Todesrauscher by Aechtner Uli

Todesrauscher by Aechtner Uli

Autor:Aechtner, Uli [Aechtner, Uli]
Die sprache: deu
Format: epub
ISBN: 9783863589660
Herausgeber: Emons
veröffentlicht: 2016-04-01T16:00:00+00:00


FÜNFZEHN

Roberta hatte den Corsa an der Tankstelle stehen lassen. Es führte nur ein etwas breiterer Feldweg zu der hell erleuchteten Hütte, die weiter hinten im Acker lag, und sie wusste nicht, ob sie den Wagen dort wenden konnte. Sie hatte keine Lust, hier irgendwo im Matsch stecken zu bleiben. Schon gar nicht so spät abends, an einem kalten Januartag. Es sah auch nicht danach aus, als würden in der Hütte oft Veranstaltungen stattfinden, es fehlten Hinweisschilder, Parkplätze an der Straße und was Ausflugslokale sonst noch zu bieten hatten. Doch es gab auch kein anderes Gebäude gegenüber der Tankstelle, eine Verwechslung war also kaum möglich.
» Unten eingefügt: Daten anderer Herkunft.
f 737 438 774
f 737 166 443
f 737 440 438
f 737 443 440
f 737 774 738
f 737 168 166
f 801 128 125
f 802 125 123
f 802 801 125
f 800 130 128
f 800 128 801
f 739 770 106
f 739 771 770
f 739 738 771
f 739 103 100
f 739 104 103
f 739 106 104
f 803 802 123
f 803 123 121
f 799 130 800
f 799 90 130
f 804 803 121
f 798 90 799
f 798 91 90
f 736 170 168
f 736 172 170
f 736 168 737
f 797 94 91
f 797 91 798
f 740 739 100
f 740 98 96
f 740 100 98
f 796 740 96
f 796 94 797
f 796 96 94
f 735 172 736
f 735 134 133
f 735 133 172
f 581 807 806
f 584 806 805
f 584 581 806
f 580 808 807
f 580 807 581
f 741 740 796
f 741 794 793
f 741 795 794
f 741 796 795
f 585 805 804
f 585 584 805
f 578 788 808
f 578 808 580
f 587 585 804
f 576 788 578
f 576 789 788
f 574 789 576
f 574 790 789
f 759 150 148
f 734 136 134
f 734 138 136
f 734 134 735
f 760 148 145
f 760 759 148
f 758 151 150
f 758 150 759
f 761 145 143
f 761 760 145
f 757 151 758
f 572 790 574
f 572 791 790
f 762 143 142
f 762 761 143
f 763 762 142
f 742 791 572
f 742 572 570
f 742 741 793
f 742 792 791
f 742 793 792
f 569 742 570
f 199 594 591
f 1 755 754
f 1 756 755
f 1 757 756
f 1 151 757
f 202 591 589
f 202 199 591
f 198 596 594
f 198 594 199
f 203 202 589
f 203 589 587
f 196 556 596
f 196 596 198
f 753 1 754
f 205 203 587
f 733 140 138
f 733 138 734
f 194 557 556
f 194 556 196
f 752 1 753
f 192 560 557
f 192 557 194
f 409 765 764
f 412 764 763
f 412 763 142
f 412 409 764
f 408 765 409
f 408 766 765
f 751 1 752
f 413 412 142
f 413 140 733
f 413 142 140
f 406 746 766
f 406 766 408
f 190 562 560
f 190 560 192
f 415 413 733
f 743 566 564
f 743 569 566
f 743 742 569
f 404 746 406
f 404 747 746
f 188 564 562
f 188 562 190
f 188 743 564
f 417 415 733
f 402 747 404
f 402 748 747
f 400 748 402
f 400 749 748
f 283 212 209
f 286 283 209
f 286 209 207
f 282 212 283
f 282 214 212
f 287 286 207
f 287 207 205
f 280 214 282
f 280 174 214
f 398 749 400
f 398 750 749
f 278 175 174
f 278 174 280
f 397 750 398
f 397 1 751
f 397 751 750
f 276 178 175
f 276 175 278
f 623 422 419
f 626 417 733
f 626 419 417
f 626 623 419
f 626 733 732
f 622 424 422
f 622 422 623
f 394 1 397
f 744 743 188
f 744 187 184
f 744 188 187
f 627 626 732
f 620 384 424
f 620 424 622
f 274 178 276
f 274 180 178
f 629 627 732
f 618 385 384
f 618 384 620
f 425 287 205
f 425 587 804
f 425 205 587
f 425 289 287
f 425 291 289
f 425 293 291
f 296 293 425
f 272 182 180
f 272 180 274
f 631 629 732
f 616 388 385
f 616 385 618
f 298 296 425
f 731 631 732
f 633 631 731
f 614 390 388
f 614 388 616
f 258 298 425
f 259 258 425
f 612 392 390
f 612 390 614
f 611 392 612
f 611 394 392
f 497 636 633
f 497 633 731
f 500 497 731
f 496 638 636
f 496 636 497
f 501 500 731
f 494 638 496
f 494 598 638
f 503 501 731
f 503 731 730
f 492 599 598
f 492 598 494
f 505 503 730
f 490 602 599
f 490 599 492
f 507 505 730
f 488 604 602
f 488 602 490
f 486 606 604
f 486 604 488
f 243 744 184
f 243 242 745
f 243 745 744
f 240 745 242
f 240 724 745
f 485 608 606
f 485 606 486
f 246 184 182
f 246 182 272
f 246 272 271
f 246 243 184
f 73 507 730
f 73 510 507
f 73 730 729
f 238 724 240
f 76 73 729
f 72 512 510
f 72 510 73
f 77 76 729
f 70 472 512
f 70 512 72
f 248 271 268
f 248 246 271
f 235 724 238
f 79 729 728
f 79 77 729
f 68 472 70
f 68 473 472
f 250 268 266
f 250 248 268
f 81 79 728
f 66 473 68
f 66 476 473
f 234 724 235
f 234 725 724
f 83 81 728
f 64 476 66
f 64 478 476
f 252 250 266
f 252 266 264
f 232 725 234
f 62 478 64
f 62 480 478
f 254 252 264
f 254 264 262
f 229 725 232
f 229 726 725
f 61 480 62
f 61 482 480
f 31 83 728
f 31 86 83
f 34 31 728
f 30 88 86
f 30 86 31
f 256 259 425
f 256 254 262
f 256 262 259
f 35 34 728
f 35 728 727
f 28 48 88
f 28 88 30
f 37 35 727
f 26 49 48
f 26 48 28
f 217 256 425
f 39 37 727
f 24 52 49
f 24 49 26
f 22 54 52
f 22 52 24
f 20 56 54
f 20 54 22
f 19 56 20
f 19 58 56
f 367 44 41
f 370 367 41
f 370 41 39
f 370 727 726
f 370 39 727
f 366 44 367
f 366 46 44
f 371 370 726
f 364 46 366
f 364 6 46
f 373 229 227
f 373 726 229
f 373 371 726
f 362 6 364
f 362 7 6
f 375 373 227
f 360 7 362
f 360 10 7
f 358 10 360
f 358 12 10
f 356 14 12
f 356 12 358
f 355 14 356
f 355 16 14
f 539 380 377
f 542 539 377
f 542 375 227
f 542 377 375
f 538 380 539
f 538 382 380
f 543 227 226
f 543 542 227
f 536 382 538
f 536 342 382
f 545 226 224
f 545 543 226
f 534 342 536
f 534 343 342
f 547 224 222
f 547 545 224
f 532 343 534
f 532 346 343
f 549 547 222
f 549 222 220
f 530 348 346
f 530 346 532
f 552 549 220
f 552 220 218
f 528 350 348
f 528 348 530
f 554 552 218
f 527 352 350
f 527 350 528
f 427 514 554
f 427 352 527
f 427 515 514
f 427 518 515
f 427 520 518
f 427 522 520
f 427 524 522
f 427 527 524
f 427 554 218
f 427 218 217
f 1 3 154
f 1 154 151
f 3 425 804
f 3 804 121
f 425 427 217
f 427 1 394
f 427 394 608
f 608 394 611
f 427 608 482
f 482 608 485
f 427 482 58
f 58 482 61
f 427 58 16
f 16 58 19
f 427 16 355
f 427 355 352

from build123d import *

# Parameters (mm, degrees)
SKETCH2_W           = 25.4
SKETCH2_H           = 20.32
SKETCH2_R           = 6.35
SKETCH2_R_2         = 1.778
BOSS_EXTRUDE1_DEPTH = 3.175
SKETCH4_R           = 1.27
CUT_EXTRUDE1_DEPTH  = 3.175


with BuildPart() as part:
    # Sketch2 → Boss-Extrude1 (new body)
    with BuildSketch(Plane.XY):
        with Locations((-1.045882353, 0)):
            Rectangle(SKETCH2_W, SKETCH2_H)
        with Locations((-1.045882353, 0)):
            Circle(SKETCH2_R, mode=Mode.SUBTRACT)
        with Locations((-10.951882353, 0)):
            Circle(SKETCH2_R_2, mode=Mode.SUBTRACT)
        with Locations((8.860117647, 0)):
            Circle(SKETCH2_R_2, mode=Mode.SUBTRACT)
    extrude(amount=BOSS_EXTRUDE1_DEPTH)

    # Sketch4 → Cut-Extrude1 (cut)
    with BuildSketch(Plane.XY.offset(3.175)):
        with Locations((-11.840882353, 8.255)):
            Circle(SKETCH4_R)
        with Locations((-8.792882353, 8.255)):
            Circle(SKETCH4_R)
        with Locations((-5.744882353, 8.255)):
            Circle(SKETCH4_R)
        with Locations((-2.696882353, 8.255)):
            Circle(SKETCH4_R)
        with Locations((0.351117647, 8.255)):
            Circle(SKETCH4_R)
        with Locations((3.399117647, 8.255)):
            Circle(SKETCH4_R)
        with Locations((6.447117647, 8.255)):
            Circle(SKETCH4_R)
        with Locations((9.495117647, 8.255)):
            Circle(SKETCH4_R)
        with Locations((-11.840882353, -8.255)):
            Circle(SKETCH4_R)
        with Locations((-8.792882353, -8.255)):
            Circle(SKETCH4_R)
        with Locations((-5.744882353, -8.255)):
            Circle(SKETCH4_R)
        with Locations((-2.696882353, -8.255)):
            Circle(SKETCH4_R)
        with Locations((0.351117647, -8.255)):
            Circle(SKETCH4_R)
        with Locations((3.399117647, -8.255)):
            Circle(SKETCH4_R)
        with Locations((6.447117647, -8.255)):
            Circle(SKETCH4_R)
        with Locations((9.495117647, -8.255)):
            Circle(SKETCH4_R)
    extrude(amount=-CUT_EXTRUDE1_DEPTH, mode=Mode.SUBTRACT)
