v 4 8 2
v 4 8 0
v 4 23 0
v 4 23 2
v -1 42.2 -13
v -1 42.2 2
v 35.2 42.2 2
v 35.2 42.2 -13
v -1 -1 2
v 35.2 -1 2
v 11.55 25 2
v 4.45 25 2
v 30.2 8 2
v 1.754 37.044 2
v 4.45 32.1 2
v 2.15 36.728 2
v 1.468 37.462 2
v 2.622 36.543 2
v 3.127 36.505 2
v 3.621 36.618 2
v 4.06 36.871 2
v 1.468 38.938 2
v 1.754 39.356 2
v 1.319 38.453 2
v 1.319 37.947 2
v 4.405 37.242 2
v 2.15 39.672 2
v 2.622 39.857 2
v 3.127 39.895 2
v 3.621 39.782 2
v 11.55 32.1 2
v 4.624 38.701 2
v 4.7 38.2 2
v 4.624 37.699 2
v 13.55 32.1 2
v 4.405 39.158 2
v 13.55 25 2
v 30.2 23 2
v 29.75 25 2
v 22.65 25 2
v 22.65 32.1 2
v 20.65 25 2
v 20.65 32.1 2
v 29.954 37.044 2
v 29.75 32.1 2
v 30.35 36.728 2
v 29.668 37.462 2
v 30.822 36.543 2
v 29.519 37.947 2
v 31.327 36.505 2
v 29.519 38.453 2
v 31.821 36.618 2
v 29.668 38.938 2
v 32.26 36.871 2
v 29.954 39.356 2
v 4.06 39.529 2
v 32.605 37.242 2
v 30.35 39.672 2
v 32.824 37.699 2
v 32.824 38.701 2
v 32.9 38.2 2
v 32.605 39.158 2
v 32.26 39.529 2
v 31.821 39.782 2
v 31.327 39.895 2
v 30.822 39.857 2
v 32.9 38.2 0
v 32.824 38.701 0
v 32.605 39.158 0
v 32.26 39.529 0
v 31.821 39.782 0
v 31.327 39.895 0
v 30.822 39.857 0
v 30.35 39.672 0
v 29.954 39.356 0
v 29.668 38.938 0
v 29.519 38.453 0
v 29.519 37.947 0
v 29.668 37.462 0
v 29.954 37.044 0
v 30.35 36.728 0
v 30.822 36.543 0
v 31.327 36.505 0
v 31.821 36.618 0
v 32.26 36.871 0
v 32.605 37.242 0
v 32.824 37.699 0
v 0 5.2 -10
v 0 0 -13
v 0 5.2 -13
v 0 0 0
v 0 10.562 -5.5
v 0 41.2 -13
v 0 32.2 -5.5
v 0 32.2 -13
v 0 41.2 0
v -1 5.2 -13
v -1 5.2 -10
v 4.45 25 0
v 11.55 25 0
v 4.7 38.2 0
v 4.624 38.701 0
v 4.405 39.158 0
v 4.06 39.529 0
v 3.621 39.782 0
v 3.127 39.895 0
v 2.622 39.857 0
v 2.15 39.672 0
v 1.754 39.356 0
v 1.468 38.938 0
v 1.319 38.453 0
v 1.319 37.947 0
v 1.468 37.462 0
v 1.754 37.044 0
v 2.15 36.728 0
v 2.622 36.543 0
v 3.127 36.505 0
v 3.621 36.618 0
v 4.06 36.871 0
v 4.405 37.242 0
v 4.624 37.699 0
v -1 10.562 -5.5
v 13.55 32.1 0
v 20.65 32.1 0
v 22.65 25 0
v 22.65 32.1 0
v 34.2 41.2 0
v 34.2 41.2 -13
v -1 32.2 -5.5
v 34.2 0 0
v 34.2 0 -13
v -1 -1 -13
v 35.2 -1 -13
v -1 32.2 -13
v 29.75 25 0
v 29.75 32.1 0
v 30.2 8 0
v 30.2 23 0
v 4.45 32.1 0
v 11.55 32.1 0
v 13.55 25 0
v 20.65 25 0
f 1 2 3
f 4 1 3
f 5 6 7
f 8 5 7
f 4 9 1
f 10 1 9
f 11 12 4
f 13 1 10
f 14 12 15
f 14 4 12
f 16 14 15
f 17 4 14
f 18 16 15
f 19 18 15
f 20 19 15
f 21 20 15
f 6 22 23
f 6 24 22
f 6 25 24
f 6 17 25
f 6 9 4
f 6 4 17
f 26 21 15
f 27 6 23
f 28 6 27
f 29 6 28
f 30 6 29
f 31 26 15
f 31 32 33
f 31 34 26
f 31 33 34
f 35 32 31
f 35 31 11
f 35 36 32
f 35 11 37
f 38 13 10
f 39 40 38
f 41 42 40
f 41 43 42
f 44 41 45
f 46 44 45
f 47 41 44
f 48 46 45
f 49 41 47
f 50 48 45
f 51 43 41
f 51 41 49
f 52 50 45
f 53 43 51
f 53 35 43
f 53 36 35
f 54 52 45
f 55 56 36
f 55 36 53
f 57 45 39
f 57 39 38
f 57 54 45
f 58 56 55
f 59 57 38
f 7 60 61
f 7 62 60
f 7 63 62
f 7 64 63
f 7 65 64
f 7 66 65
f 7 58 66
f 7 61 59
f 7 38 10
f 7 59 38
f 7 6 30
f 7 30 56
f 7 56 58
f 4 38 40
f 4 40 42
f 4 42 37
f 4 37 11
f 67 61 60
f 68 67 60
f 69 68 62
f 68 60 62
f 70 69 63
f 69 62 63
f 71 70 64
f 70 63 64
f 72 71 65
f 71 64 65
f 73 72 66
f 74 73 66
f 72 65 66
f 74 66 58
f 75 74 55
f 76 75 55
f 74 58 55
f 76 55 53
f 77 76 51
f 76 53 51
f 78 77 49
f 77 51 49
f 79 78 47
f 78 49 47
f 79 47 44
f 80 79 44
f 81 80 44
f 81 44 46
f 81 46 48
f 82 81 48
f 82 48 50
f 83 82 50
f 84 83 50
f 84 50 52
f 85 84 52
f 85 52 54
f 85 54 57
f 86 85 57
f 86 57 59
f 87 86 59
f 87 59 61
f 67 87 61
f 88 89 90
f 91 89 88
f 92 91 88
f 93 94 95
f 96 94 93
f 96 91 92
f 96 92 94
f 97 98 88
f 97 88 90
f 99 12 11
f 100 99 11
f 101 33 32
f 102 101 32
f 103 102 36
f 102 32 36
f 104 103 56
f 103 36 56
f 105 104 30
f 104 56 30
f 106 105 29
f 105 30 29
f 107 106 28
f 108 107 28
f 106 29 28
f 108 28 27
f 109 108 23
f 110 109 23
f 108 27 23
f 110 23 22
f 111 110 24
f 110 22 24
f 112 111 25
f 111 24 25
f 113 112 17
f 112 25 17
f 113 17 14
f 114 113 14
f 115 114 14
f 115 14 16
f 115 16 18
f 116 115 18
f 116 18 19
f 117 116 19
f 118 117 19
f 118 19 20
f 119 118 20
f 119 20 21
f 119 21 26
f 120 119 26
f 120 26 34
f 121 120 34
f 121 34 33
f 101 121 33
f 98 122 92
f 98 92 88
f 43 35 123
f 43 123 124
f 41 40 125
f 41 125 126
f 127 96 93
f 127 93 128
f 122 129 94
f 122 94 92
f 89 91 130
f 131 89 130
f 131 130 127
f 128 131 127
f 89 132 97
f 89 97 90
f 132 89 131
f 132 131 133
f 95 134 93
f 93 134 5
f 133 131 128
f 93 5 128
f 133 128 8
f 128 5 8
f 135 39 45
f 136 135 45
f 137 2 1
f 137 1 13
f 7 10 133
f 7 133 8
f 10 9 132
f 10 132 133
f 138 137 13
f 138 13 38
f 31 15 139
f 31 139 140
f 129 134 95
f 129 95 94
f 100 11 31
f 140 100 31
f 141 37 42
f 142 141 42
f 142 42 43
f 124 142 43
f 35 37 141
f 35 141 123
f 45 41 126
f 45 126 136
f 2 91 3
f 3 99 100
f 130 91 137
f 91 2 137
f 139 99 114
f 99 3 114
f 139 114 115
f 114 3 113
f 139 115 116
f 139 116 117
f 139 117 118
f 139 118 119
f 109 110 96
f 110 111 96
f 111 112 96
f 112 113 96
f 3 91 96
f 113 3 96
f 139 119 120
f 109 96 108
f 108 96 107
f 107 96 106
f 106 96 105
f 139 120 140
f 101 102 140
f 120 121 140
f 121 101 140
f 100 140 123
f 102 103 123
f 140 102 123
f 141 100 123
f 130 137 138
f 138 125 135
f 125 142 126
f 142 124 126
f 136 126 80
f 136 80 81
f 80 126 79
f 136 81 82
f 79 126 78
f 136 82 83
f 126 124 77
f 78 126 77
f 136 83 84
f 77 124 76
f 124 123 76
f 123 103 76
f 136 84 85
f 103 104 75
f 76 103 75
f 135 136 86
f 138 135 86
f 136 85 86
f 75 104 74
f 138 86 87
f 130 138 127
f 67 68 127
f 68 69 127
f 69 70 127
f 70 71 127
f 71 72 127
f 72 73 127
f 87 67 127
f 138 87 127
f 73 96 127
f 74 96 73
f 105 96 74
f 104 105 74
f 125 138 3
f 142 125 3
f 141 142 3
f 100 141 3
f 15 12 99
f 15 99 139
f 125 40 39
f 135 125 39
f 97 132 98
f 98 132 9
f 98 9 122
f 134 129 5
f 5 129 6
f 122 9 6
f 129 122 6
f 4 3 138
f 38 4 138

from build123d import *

# Parameters (mm, degrees)
SKETCH_W        = 34.2
SKETCH_H        = 41.2
SKETCH_W_2      = 26.2
SKETCH_H_2      = 15
PAD_DEPTH       = 2
SKETCH001_R     = 1.7
POCKET_DEPTH    = 5
SKETCH002_W     = 7.1
SKETCH002_H     = 7.1
POCKET001_DEPTH = 5
SKETCH005_W     = 36.2
SKETCH005_H     = 43.2
SKETCH005_W_2   = 34.2
SKETCH005_H_2   = 41.2
PAD002_DEPTH    = 15
POCKET002_DEPTH = 5


with BuildPart() as part:
    # Sketch → Pad (new body)
    with BuildSketch(Plane.XY):
        with Locations((17.1, 20.6)):
            Rectangle(SKETCH_W, SKETCH_H)
        with Locations((17.1, 15.5)):
            Rectangle(SKETCH_W_2, SKETCH_H_2, mode=Mode.SUBTRACT)
    extrude(amount=PAD_DEPTH)

    # Sketch001 → Pocket (cut)
    with BuildSketch(Plane.XY.offset(2)):
        with Locations((3, 38.2)):
            Circle(SKETCH001_R)
        with Locations((31.2, 38.2)):
            Circle(SKETCH001_R)
    extrude(amount=-POCKET_DEPTH, mode=Mode.SUBTRACT)

    # Sketch002 → Pocket001 (cut)
    with BuildSketch(Plane.XY.offset(2)):
        with Locations((8, 28.55)):
            Rectangle(SKETCH002_W, SKETCH002_H)
        with Locations((17.1, 28.55)):
            Rectangle(SKETCH002_W, SKETCH002_H)
        with Locations((26.2, 28.55)):
            Rectangle(SKETCH002_W, SKETCH002_H)
    extrude(amount=-POCKET001_DEPTH, mode=Mode.SUBTRACT)

    # Sketch005 → Pad002 (new body)
    with BuildSketch(Plane.XY.offset(2)):
        with Locations((17.1, 20.6)):
            Rectangle(SKETCH005_W, SKETCH005_H)
        with Locations((17.1, 20.6)):
            Rectangle(SKETCH005_W_2, SKETCH005_H_2, mode=Mode.SUBTRACT)
    extrude(amount=-PAD002_DEPTH)

    # Sketch006 → Pocket002 (cut)
    with BuildSketch(Plane(origin=(-1, 0, 0), x_dir=(0, -1, 0), z_dir=(-1, 0, 0))):
        Polygon((-5.2, -13), (-32.2, -13), (-32.2, -5.500487), (-10.562311, -5.500487), (-5.2, -10), align=None)
    extrude(amount=-POCKET002_DEPTH, mode=Mode.SUBTRACT)


solid = part.part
Sie hatte schon gar nicht mehr an die Apfelweinverkostung in dem Vereinsheim gedacht, als der Termin bei dem Gespräch mit der Umweltaktivistin auf einmal wieder ungewöhnlich interessant geworden war. Gleich würde sie sich Ella Winkler endlich mal aus der Nähe ansehen.

Entschlossen marschierte sie los. Der Weg war vom Schneeregen der vergangenen Tage aufgeweicht, doch sie schob den Gedanken an ihre neuen Schuhe beiseite. Kleine Äste knackten unter ihren Sohlen, in der Ferne bellte ein Hund.

Sie ließ ein Dickicht links liegen, dann einen kleinen Bachlauf, der sich im Gestrüpp verlor. Für einen Moment verharrte sie und lauschte dem Plätschern des Wassers, das sie in der Dunkelheit zwischen den Büschen kaum ausmachen konnte. Schließlich strebte sie wieder auf die erleuchtete Hütte zu, während sie im Weitergehen ihre verworrenen Gedanken sortierte.

Die Bilder von Jacques in der Kelter verfolgten sie immer noch, und der Anblick seiner Füße unter dem Tuch auf dem Seziertisch der Rechtsmedizin hatte sich in ihr Gedächtnis eingebrannt. Immerhin war es ihr gelungen, Cathérine bei seiner Beerdigung zu helfen. Jacques’ sterbliche Überreste waren vorgestern in Friedberg kremiert worden. Dass es eins der ältesten Krematorien Deutschlands war, gefiel Roberta. Das denkmalgeschützte Gebäude hatte Jacques’ letztem Gang, wie sie fand, wenigstens noch ein bisschen Flair gegeben. Die Urne würde seine Schwester in wenigen Tagen in der Normandie auf einem Friedhof in der Nähe ihres Heimatortes beisetzen. Das Geld, das Roberta vom Sender für die Smartphone-Aufnahmen ausbezahlt worden war, hatte knapp für die Überführung gereicht. Cathérine hatte sie erzählt, sie habe unerwartet viel Geld von ihren Eltern zu Weihnachten geschenkt bekommen, ein kleiner Vorschuss auf ihr Erbe. Die Bilder von Jacques in der Kelter waren seiner Schwester erspart geblieben. Niermann hatte sie zum Glück nicht weiterverkauft, und in Frankreich wurde die News Show nicht ausgestrahlt.

An Silvester hatte Roberta an Bär gedacht, beinahe hätte sie ihn angerufen. Wie schön wäre es gewesen, mit ihm ins neue Jahr hineinzufeiern. Sie hatte sich an den Abend in dem Eckenheimer Apfelweinlokal erinnert, an den sortenreinen Boskoop und an seine traurige Geschichte von dem ausgesetzten Penner. Damals hatte sie gehofft, es sei der Beginn einer Freundschaft. Aber das Auftauchen von Jacques, sein Tod und all die Missverständnisse, die damit zusammenhingen, waren zu heftig gewesen, um sie nun mit einem einfachen Anruf zu überwinden.

Sie war sich mittlerweile sicher, dass sie Jacques nicht umgebracht hatte, auch wenn sie sich nicht mehr an alles erinnern konnte, was an jenem Abend vorgefallen war.